> **Supplied records**
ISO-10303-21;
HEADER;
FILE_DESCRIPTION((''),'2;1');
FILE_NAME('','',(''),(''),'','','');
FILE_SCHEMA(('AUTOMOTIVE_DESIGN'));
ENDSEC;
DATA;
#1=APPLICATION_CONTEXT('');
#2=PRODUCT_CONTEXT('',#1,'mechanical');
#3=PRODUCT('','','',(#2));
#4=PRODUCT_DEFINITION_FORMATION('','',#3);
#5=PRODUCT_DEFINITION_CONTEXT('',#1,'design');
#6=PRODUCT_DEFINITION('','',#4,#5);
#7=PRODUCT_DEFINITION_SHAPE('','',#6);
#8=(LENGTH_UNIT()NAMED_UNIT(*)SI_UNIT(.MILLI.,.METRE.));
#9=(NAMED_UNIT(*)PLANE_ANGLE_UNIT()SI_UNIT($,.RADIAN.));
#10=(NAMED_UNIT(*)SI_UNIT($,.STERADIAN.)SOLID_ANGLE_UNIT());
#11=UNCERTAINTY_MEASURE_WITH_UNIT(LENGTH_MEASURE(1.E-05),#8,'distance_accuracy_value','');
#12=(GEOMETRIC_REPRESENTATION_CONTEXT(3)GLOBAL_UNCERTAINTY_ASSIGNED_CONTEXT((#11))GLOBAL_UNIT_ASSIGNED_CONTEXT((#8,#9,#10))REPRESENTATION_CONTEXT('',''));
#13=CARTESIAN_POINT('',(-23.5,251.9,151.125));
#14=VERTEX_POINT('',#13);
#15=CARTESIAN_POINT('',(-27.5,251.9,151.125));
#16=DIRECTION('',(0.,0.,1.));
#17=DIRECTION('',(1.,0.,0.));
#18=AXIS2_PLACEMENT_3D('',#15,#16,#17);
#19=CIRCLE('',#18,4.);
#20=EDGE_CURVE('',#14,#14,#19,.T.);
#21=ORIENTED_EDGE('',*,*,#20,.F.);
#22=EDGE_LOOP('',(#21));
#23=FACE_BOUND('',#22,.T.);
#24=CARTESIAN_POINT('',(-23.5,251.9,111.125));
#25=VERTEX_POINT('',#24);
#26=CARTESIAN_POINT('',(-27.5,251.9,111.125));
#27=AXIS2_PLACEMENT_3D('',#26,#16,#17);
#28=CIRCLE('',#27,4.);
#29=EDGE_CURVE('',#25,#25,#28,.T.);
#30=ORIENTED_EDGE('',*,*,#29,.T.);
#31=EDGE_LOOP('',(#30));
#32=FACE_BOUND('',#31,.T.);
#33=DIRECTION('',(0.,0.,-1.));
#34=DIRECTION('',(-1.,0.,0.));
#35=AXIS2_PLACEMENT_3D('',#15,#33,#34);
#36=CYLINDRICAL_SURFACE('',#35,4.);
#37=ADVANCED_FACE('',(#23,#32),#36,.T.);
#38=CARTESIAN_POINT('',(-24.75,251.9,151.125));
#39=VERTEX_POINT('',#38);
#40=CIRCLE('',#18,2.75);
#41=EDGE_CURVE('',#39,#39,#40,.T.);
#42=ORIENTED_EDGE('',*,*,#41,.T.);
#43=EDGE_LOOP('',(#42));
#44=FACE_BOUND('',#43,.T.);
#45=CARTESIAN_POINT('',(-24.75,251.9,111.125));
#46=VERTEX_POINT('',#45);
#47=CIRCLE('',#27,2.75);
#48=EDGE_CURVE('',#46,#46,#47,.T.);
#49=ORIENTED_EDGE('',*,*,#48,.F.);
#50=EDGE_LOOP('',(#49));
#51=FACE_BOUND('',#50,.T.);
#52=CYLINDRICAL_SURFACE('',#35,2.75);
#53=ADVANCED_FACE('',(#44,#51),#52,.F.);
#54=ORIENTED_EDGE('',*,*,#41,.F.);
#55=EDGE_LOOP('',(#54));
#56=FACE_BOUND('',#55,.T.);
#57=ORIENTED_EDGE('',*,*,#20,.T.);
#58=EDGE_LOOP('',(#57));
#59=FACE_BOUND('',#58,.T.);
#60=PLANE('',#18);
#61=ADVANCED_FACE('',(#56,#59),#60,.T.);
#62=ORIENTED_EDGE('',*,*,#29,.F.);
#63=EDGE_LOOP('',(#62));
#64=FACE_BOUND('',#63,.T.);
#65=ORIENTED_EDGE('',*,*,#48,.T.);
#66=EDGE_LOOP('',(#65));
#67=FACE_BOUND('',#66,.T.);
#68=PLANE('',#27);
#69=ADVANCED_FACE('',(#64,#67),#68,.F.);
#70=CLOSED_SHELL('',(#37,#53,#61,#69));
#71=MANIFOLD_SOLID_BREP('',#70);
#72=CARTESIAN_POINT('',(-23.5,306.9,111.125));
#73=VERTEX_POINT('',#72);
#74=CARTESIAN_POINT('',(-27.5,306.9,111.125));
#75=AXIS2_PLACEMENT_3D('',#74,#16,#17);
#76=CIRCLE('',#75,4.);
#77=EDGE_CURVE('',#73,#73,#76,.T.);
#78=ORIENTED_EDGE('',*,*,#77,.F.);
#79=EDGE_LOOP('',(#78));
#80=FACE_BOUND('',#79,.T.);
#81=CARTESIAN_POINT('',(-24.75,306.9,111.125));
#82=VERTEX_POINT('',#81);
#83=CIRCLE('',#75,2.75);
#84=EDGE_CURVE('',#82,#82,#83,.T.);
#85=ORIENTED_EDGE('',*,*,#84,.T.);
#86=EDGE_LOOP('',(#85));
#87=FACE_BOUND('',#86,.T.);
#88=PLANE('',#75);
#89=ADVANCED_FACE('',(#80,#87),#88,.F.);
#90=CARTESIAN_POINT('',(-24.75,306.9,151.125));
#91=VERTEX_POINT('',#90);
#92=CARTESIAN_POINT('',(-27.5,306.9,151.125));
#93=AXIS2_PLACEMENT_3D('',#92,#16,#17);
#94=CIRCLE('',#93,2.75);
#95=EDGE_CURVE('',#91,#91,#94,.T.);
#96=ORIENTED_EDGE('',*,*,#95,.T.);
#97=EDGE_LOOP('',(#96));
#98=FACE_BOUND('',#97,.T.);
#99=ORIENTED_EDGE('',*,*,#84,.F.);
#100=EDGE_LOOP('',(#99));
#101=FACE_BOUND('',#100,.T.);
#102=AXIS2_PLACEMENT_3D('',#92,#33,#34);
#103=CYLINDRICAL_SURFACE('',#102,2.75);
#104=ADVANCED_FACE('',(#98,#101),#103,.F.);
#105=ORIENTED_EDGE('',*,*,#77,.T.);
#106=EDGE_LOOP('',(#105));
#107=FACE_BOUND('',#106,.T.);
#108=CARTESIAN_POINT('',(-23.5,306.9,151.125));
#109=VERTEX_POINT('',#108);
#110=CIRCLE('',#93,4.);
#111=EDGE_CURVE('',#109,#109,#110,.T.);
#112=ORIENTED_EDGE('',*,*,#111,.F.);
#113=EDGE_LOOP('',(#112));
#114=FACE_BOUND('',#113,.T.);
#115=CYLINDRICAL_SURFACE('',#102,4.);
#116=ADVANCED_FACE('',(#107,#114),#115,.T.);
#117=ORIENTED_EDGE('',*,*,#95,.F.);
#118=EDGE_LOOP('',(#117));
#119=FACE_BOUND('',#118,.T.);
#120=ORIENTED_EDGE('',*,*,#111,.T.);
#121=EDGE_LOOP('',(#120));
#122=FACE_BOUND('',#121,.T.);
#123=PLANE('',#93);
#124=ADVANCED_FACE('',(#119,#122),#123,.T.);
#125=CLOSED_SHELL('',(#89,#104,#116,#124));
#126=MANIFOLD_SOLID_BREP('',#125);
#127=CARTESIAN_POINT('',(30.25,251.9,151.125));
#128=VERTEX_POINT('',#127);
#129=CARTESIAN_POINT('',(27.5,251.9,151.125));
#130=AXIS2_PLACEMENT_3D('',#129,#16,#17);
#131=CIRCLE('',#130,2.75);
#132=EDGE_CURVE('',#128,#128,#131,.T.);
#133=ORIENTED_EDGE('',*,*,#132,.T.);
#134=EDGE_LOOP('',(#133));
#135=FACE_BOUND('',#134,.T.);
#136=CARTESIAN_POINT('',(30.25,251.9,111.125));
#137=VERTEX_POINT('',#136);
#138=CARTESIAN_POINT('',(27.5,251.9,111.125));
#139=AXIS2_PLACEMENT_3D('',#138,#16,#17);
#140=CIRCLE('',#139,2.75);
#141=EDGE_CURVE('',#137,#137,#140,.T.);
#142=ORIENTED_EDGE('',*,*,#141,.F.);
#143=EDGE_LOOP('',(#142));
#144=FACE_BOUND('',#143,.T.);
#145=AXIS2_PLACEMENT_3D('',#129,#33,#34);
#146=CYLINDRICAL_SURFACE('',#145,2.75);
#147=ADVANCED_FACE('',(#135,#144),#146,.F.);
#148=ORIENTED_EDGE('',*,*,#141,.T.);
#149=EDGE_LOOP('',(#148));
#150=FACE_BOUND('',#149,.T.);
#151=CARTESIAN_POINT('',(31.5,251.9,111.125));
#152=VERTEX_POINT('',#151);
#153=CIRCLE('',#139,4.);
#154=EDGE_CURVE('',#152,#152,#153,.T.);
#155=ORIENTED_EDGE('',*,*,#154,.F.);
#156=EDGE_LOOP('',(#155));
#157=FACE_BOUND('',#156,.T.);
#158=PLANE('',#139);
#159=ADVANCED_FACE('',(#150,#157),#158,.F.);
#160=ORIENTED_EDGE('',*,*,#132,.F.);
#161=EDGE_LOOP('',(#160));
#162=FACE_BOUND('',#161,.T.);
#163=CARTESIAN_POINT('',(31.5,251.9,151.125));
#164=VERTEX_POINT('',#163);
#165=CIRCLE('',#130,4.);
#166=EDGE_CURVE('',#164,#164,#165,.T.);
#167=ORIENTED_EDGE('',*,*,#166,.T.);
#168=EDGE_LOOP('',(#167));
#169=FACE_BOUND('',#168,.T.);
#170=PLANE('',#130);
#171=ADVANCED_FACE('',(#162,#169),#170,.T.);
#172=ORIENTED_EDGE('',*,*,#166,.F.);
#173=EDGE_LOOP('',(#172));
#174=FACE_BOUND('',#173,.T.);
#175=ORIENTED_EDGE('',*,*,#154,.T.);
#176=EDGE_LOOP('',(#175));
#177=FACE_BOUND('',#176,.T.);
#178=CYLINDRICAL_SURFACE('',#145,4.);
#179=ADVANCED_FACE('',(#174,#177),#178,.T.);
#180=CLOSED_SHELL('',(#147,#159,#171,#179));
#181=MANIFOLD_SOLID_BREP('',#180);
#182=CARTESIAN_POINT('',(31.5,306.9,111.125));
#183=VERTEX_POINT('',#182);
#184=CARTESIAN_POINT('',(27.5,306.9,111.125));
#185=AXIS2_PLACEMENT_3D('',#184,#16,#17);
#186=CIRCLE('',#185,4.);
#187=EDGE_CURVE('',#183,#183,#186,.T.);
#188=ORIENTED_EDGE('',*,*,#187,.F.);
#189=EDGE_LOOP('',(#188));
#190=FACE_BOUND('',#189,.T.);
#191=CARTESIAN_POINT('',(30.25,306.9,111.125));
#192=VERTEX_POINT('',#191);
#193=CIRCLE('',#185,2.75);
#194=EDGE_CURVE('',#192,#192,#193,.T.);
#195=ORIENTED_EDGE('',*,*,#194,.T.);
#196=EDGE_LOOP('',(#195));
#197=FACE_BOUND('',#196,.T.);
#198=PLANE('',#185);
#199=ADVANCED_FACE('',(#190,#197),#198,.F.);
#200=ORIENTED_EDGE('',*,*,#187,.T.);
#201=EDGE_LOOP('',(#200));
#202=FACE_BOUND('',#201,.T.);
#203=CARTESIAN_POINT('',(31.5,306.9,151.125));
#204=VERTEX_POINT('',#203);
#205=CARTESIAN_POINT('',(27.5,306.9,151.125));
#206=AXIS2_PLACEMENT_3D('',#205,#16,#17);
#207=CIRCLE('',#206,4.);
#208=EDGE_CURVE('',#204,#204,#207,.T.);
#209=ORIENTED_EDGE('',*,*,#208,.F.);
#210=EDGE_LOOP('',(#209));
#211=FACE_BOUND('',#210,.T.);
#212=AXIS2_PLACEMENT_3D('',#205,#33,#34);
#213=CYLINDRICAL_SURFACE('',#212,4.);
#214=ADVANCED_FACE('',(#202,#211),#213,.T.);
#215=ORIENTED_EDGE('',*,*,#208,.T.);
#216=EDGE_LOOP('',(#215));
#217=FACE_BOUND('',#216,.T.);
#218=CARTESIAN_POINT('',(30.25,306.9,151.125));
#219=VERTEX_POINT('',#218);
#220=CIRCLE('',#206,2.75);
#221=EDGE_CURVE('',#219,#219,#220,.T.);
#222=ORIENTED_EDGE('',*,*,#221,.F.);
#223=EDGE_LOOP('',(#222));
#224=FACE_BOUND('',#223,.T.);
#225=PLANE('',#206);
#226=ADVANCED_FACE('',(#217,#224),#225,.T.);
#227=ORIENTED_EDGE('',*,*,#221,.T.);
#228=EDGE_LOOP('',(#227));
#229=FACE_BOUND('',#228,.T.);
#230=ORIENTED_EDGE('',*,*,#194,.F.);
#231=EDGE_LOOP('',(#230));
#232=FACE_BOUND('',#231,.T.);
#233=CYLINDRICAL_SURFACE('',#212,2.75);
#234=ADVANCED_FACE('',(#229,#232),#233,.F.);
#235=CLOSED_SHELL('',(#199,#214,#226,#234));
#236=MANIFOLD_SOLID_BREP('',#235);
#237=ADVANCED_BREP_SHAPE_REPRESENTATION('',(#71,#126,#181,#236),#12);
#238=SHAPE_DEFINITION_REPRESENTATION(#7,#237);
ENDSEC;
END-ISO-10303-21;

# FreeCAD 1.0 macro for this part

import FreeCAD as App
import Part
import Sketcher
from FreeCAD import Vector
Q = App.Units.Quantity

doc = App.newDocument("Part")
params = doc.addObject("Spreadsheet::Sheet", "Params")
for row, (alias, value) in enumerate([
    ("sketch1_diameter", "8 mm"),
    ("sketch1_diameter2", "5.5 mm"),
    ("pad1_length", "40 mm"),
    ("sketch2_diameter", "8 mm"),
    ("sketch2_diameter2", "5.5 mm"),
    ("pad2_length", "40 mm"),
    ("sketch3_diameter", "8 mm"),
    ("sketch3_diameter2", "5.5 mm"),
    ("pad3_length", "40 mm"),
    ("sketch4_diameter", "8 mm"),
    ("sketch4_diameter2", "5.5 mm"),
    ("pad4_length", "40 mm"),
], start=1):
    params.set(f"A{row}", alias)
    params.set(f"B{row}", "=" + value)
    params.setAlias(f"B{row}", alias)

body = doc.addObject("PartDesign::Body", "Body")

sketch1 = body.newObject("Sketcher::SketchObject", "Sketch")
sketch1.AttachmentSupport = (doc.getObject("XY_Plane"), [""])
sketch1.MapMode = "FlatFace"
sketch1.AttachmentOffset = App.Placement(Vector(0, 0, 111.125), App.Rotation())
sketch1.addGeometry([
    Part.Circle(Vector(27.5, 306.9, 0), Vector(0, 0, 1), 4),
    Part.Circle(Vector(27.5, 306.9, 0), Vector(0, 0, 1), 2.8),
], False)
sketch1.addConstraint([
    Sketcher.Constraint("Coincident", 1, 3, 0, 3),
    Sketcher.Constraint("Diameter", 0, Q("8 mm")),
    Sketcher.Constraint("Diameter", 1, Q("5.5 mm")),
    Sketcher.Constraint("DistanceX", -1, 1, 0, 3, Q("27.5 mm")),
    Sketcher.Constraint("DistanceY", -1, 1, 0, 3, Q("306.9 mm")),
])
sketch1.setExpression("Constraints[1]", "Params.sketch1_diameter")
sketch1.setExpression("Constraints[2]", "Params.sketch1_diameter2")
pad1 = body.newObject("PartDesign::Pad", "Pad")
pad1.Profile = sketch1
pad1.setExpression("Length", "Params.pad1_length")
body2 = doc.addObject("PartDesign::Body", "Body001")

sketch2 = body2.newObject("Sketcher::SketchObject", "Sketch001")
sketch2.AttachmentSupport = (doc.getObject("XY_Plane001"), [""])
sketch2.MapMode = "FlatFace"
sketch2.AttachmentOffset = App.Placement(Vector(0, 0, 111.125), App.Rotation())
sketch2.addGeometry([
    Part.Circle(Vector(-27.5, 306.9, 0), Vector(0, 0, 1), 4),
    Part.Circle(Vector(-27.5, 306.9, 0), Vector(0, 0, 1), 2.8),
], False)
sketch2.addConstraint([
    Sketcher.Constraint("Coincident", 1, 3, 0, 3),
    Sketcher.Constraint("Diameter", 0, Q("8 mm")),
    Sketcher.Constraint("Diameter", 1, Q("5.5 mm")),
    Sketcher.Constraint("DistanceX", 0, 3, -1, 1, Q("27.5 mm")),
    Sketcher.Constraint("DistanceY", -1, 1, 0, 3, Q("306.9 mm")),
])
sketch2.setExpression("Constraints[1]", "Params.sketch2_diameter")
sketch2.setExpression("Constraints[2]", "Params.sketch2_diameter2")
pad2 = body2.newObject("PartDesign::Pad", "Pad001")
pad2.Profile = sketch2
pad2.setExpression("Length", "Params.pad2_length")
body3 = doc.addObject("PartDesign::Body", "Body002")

* * *

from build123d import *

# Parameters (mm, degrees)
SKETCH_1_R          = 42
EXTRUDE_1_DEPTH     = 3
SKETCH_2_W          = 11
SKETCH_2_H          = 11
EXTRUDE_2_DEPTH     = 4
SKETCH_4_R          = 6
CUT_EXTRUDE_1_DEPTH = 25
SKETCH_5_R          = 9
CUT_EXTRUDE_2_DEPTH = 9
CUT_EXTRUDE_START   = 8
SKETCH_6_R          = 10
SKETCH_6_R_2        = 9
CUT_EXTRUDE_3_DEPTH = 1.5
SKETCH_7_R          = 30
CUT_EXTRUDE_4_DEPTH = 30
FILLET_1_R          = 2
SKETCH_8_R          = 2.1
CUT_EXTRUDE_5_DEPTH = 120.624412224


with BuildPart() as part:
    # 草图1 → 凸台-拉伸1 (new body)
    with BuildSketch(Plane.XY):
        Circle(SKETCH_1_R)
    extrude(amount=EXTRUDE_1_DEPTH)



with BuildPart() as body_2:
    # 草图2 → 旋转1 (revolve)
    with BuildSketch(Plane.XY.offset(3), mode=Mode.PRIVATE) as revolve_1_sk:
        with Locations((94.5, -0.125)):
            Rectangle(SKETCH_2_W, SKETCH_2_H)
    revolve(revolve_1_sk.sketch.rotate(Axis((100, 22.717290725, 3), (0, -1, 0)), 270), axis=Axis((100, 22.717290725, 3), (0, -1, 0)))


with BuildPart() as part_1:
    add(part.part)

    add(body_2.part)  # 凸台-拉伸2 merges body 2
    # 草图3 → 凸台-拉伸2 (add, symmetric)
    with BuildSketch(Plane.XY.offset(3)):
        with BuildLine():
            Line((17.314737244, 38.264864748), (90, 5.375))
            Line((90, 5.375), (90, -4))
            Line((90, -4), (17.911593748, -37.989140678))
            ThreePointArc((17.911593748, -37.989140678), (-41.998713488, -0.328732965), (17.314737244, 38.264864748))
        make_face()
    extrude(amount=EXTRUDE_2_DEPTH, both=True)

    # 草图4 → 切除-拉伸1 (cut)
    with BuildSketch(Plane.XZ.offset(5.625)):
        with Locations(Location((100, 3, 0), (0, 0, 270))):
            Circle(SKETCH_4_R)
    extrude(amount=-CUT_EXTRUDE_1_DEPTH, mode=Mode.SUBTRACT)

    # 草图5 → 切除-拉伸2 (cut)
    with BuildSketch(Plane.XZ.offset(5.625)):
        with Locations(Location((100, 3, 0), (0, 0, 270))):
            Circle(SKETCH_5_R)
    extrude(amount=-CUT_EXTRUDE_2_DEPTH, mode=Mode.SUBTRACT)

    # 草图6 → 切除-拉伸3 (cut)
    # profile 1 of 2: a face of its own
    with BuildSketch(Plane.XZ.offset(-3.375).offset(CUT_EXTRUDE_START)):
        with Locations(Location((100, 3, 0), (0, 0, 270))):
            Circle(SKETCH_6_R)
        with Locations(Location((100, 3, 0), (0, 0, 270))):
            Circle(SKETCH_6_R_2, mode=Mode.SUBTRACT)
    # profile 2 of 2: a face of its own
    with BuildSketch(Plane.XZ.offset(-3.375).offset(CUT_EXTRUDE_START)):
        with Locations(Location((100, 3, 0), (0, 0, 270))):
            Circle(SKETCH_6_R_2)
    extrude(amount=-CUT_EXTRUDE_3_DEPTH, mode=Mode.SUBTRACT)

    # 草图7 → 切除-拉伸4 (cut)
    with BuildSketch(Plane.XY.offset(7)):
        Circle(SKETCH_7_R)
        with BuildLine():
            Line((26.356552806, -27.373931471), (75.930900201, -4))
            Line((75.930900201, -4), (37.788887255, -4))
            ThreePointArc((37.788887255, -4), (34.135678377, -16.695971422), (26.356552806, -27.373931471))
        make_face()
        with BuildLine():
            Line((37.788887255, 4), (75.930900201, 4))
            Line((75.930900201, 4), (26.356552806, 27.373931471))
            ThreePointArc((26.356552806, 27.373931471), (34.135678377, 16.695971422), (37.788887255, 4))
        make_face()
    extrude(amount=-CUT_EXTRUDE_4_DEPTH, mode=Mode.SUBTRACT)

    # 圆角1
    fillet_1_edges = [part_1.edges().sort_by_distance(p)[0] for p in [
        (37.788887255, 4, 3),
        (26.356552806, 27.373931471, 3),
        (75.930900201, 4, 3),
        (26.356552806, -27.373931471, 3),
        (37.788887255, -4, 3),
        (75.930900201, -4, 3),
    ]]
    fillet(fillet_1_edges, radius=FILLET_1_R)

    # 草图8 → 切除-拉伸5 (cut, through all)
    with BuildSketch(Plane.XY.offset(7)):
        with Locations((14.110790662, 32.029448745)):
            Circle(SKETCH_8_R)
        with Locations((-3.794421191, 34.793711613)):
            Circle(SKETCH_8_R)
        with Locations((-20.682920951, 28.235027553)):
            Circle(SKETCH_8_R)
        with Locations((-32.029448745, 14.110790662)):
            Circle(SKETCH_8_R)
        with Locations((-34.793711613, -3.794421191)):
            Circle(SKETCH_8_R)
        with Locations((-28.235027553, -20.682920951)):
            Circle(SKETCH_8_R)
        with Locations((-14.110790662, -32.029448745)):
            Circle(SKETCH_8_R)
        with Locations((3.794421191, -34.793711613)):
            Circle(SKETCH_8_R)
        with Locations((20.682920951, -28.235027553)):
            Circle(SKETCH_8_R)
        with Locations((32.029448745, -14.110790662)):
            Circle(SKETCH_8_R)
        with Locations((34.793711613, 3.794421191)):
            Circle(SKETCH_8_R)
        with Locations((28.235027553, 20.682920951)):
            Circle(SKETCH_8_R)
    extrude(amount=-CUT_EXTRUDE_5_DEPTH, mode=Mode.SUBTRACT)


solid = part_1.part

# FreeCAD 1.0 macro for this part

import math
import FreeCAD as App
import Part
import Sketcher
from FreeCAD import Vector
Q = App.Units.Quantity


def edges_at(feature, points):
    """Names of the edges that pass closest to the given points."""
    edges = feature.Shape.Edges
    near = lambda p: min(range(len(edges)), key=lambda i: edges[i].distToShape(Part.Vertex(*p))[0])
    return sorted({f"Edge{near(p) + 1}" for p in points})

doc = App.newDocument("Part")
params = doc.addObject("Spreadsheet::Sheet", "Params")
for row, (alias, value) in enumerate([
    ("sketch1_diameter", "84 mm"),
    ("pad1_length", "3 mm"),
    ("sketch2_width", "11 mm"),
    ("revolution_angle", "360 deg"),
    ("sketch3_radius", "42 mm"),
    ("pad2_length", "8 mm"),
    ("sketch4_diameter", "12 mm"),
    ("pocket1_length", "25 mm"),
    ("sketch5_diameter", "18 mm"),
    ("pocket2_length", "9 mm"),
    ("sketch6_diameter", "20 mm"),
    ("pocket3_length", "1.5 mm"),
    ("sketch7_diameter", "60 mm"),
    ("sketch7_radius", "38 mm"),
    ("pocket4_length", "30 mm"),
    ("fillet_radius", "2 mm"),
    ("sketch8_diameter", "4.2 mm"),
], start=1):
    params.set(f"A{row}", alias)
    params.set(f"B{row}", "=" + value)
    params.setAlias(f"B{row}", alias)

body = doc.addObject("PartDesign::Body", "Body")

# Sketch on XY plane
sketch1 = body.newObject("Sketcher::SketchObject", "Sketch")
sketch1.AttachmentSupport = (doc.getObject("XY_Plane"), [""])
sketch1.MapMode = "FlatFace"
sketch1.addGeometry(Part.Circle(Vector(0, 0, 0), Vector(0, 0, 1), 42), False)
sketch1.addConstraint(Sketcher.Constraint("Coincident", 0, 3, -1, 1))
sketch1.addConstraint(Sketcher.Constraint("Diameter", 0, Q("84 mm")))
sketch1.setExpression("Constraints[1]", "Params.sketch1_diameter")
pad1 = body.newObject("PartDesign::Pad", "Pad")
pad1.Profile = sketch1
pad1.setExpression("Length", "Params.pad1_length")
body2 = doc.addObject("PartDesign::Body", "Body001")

> **What is required**
Please copy the lines above from the line with "#127=CARTESIAN_POINT('',(30.25,251.9,151.125));" up to and including the line with "#156=EDGE_LOOP('',(#155));", exactly as written and with nothing else.

> **Worked solution**
#127=CARTESIAN_POINT('',(30.25,251.9,151.125));
#128=VERTEX_POINT('',#127);
#129=CARTESIAN_POINT('',(27.5,251.9,151.125));
#130=AXIS2_PLACEMENT_3D('',#129,#16,#17);
#131=CIRCLE('',#130,2.75);
#132=EDGE_CURVE('',#128,#128,#131,.T.);
#133=ORIENTED_EDGE('',*,*,#132,.T.);
#134=EDGE_LOOP('',(#133));
#135=FACE_BOUND('',#134,.T.);
#136=CARTESIAN_POINT('',(30.25,251.9,111.125));
#137=VERTEX_POINT('',#136);
#138=CARTESIAN_POINT('',(27.5,251.9,111.125));
#139=AXIS2_PLACEMENT_3D('',#138,#16,#17);
#140=CIRCLE('',#139,2.75);
#141=EDGE_CURVE('',#137,#137,#140,.T.);
#142=ORIENTED_EDGE('',*,*,#141,.F.);
#143=EDGE_LOOP('',(#142));
#144=FACE_BOUND('',#143,.T.);
#145=AXIS2_PLACEMENT_3D('',#129,#33,#34);
#146=CYLINDRICAL_SURFACE('',#145,2.75);
#147=ADVANCED_FACE('',(#135,#144),#146,.F.);
#148=ORIENTED_EDGE('',*,*,#141,.T.);
#149=EDGE_LOOP('',(#148));
#150=FACE_BOUND('',#149,.T.);
#151=CARTESIAN_POINT('',(31.5,251.9,111.125));
#152=VERTEX_POINT('',#151);
#153=CIRCLE('',#139,4.);
#154=EDGE_CURVE('',#152,#152,#153,.T.);
#155=ORIENTED_EDGE('',*,*,#154,.F.);
#156=EDGE_LOOP('',(#155));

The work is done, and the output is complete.